[DATASET EXCERPTS]

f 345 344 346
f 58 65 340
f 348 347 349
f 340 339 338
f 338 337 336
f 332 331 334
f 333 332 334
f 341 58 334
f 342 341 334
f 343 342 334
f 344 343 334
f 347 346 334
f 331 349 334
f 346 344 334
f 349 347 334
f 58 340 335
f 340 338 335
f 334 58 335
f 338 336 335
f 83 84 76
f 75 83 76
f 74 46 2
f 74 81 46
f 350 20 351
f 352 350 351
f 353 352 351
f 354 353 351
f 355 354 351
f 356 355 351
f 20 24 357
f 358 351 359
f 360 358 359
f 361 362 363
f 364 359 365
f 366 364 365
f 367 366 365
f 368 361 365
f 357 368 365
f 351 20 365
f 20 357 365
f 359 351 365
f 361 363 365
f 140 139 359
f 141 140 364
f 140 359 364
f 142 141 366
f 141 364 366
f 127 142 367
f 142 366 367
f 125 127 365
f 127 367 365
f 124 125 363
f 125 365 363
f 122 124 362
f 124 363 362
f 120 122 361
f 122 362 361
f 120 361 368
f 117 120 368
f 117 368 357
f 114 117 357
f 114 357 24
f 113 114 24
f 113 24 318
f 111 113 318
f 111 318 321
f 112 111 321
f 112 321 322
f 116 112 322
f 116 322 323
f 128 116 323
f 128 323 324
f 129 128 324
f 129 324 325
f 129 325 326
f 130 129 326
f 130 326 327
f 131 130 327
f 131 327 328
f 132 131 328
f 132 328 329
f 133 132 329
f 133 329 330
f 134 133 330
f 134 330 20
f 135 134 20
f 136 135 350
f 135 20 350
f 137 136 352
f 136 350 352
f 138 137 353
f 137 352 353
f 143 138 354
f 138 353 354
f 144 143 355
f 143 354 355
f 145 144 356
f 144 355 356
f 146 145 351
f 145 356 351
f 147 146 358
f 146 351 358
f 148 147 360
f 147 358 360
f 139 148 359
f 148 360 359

[/DATASET EXCERPTS]
[DATASET EXCERPTS]

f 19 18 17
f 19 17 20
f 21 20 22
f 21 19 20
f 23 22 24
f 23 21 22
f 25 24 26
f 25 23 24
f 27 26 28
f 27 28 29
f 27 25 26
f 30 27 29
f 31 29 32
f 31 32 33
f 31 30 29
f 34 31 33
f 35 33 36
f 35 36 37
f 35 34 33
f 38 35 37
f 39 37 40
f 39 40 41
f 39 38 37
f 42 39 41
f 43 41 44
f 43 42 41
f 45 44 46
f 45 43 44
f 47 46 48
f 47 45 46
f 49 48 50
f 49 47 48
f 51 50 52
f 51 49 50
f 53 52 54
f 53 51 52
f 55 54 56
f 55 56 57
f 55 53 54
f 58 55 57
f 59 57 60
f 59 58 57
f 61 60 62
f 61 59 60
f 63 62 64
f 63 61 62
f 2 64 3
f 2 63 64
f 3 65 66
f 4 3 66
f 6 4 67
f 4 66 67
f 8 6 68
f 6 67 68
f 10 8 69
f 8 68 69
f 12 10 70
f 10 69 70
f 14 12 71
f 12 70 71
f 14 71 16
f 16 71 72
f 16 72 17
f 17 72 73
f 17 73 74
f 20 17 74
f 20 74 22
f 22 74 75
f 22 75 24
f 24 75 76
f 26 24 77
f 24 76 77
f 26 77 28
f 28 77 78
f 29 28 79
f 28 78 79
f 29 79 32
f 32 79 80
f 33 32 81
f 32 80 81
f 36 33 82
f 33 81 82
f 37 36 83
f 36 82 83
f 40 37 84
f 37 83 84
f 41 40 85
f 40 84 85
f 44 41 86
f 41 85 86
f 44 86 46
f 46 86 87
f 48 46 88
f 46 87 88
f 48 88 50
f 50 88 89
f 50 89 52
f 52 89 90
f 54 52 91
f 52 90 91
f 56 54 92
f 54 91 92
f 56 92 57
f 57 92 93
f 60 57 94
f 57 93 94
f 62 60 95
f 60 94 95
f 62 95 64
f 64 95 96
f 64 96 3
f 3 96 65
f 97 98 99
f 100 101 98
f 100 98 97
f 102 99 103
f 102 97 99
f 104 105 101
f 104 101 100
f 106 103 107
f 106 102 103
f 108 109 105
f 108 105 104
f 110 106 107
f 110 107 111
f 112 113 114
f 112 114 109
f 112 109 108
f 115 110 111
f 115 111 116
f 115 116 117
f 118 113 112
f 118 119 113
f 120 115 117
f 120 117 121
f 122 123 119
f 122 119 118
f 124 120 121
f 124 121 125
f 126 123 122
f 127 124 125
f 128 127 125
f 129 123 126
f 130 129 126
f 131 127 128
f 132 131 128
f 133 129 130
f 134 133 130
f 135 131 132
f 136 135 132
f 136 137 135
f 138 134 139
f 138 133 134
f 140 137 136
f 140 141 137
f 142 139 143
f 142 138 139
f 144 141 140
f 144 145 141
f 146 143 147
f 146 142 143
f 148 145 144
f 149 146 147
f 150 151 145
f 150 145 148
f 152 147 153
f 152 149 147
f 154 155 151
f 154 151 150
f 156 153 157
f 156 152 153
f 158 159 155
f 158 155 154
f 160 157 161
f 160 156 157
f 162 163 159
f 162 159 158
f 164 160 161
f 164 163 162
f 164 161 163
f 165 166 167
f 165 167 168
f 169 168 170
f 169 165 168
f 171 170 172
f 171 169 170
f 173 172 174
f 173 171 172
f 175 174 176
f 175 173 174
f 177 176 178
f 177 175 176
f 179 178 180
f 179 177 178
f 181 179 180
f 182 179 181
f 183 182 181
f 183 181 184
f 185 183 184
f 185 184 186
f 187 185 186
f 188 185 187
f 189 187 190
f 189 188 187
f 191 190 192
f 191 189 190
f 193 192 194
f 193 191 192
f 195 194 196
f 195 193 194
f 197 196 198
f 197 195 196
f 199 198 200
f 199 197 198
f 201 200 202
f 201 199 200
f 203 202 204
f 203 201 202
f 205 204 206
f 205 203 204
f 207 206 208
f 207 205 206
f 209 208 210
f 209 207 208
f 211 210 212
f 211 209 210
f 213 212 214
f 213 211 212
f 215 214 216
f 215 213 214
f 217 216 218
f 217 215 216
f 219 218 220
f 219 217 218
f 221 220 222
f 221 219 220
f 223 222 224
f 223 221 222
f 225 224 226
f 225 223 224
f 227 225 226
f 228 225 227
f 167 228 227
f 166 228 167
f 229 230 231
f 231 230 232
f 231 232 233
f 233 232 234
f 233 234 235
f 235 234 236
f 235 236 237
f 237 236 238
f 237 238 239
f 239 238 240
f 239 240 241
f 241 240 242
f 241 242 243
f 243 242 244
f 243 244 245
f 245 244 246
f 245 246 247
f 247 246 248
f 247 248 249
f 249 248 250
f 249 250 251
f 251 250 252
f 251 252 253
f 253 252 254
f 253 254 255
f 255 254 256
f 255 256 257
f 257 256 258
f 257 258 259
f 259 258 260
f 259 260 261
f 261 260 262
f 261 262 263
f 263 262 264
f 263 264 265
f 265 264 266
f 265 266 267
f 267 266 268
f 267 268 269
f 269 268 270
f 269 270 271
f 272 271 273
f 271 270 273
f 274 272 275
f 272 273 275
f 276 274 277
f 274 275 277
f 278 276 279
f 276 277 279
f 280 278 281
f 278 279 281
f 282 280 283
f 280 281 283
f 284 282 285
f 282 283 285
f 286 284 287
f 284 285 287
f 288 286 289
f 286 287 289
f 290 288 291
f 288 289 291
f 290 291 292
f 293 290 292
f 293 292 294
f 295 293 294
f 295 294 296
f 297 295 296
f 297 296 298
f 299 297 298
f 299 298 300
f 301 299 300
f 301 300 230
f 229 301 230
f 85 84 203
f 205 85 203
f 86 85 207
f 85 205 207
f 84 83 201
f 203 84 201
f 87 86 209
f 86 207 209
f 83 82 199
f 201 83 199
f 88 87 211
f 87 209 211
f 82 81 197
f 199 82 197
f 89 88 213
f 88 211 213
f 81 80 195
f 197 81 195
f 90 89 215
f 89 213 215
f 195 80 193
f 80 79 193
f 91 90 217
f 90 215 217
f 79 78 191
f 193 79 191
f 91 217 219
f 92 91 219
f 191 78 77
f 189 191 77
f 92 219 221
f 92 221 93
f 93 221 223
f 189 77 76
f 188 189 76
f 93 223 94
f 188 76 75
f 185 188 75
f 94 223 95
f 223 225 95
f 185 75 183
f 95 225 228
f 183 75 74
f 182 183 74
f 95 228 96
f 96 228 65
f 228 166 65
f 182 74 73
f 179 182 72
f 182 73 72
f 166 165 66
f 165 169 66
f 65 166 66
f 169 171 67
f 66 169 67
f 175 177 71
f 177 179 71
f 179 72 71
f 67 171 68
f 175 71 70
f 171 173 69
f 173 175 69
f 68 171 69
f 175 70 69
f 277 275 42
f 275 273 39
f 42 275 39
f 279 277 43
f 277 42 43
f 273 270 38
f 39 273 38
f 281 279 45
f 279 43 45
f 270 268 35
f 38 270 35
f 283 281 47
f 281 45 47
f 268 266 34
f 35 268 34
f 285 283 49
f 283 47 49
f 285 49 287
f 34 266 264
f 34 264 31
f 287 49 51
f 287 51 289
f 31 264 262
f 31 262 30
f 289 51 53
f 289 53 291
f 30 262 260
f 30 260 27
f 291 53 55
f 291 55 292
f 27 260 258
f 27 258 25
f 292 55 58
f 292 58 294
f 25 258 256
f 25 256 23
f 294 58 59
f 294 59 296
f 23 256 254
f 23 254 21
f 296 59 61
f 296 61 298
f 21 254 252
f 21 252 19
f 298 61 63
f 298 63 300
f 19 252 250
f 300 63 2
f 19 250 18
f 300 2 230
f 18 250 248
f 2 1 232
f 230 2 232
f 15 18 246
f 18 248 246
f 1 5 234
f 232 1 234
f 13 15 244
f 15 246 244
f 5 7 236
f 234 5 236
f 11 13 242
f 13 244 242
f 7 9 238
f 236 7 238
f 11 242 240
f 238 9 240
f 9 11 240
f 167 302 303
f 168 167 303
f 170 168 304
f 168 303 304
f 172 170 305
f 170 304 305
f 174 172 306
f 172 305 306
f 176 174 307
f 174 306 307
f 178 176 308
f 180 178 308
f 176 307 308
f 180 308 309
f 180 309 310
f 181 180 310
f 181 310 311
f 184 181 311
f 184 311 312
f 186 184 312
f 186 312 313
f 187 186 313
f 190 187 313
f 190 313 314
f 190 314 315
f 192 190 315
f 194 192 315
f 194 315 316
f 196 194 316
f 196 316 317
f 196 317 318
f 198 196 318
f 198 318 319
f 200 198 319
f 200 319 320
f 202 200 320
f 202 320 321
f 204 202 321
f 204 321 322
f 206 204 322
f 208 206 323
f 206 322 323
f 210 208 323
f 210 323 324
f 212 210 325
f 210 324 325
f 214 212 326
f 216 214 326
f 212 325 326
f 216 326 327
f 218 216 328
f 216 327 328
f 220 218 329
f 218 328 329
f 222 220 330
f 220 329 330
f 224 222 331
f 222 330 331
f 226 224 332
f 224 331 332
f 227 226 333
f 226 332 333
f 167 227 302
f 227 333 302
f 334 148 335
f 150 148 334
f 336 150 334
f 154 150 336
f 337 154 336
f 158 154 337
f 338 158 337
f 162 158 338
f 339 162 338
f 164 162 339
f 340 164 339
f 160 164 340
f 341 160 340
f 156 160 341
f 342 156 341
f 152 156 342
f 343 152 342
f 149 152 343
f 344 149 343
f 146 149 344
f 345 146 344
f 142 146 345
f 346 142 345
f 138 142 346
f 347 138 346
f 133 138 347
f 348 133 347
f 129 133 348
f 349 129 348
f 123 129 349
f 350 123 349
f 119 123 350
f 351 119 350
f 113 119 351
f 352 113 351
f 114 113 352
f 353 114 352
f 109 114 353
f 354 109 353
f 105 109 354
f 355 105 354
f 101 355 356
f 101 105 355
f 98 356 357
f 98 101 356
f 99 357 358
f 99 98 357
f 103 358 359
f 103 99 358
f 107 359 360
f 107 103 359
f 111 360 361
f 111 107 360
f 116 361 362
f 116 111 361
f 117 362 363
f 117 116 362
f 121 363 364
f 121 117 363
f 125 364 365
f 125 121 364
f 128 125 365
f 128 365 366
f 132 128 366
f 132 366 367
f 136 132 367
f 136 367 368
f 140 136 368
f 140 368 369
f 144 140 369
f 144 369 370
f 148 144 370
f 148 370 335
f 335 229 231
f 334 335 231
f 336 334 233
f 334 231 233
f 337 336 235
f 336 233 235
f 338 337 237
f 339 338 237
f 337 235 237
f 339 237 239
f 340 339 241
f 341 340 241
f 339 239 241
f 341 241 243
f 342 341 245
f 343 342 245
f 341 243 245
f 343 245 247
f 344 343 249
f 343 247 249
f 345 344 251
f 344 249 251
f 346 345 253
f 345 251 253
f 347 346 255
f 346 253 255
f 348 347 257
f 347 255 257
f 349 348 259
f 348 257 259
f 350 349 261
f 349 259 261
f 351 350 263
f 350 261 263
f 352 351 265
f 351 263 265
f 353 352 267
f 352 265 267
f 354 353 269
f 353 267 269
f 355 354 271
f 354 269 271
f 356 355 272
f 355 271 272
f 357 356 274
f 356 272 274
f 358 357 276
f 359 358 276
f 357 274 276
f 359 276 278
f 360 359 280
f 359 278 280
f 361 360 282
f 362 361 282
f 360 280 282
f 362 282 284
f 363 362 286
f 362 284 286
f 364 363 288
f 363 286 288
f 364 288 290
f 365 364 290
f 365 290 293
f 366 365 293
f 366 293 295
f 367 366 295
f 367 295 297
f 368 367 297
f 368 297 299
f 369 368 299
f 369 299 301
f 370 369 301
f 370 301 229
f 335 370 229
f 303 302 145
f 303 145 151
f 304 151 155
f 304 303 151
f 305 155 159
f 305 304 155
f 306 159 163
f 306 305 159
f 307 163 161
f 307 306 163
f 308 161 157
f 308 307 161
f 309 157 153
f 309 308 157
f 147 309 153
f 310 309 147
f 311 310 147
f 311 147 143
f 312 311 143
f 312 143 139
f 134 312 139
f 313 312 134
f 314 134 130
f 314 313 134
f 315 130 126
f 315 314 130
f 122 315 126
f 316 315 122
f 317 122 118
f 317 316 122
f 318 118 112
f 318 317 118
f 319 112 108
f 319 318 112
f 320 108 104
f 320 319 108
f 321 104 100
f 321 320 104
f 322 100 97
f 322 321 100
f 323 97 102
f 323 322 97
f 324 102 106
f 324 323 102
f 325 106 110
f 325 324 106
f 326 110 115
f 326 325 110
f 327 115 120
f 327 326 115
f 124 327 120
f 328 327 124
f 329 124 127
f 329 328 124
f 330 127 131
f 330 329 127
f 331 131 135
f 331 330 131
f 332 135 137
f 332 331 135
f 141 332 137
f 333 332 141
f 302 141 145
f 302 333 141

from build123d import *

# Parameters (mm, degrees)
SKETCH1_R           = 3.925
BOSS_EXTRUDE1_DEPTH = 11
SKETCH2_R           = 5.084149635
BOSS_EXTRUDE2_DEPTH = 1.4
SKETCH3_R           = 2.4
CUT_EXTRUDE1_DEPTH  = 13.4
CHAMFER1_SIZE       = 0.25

[/DATASET EXCERPTS]
[DATASET EXCERPTS]

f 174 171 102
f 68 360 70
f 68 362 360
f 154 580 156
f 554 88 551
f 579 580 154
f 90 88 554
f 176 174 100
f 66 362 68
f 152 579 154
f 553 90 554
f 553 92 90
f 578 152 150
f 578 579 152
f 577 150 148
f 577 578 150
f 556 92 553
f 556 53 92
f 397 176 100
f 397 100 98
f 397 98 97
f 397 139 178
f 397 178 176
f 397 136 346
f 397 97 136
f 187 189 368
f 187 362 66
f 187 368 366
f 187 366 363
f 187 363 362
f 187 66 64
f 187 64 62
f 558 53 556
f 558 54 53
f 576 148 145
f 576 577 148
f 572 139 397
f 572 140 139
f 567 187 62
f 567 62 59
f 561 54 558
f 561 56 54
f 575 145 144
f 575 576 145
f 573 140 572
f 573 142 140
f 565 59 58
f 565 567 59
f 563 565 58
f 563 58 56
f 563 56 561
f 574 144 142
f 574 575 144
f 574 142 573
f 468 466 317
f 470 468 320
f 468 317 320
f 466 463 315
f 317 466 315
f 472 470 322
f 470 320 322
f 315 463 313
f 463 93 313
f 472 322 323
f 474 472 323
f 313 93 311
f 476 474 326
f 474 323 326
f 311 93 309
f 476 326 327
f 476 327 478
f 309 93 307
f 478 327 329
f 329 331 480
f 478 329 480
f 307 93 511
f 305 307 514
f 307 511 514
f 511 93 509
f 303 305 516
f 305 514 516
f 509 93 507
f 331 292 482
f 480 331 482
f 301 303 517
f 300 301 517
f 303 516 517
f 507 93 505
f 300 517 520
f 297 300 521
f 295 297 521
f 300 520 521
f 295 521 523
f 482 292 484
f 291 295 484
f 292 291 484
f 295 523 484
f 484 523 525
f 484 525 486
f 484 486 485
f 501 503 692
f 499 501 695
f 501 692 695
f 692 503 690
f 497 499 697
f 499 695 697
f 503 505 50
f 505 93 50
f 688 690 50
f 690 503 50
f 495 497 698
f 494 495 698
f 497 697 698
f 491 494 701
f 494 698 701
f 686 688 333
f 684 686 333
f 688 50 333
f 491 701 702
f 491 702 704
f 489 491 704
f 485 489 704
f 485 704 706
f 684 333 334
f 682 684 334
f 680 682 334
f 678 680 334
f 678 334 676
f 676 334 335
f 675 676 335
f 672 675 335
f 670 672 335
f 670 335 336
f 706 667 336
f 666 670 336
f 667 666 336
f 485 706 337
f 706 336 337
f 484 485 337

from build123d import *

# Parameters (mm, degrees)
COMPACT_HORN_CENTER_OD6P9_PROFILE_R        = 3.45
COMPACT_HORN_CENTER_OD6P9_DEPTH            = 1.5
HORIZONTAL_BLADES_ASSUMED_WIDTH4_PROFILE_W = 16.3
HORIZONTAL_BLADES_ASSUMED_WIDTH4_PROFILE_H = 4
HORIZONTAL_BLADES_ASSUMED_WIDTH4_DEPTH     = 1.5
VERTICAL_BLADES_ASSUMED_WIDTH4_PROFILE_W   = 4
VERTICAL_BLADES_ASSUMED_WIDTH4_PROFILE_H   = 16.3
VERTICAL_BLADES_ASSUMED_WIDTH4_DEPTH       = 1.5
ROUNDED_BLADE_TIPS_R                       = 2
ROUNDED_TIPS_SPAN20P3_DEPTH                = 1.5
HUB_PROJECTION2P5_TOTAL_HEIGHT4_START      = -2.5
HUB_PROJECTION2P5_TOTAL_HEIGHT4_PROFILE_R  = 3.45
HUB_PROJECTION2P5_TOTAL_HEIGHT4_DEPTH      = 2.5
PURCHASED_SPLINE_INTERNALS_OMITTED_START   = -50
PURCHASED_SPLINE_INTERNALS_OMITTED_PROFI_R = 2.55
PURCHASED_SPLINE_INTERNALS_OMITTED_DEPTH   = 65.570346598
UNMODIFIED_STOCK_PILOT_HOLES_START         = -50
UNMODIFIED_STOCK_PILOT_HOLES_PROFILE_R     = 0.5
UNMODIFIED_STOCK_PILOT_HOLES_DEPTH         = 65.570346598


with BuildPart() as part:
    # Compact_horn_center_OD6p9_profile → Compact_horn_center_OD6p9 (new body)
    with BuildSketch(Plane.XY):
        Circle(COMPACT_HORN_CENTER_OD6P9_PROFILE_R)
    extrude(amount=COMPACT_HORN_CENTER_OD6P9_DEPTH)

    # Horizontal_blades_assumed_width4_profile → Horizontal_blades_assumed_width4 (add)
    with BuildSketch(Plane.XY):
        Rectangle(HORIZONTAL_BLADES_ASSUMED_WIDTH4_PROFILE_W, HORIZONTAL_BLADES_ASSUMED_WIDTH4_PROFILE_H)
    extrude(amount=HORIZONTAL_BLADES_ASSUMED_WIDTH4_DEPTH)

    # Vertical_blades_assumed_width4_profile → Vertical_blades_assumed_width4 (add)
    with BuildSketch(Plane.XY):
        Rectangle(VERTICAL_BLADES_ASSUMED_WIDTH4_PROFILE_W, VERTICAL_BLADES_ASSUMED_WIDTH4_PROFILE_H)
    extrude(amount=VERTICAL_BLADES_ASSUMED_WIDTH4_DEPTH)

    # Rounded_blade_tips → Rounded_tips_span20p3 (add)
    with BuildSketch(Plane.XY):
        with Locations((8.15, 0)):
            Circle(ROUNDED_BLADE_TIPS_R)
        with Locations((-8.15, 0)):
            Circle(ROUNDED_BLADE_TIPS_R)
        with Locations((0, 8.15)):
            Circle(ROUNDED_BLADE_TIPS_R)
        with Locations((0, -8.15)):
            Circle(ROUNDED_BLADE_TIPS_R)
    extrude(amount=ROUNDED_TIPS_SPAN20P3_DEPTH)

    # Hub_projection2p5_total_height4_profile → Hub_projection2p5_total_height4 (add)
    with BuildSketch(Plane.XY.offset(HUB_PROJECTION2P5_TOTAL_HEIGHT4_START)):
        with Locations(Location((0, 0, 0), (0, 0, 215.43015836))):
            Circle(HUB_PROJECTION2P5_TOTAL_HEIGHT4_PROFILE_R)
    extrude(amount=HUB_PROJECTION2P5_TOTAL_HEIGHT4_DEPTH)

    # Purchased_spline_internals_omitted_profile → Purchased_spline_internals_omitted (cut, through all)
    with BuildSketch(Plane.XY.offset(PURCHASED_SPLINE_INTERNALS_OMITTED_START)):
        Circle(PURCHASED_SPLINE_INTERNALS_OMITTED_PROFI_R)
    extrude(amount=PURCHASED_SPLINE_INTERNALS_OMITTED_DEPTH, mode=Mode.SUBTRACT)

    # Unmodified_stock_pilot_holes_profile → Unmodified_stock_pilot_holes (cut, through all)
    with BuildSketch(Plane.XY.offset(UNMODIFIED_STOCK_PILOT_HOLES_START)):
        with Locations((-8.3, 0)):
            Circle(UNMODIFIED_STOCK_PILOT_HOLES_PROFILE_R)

[/DATASET EXCERPTS]

__TASK DIRECTIONS__
A single number is required: the count of lines in the data that contain the string "through".

__EXERCISE RESULT__
2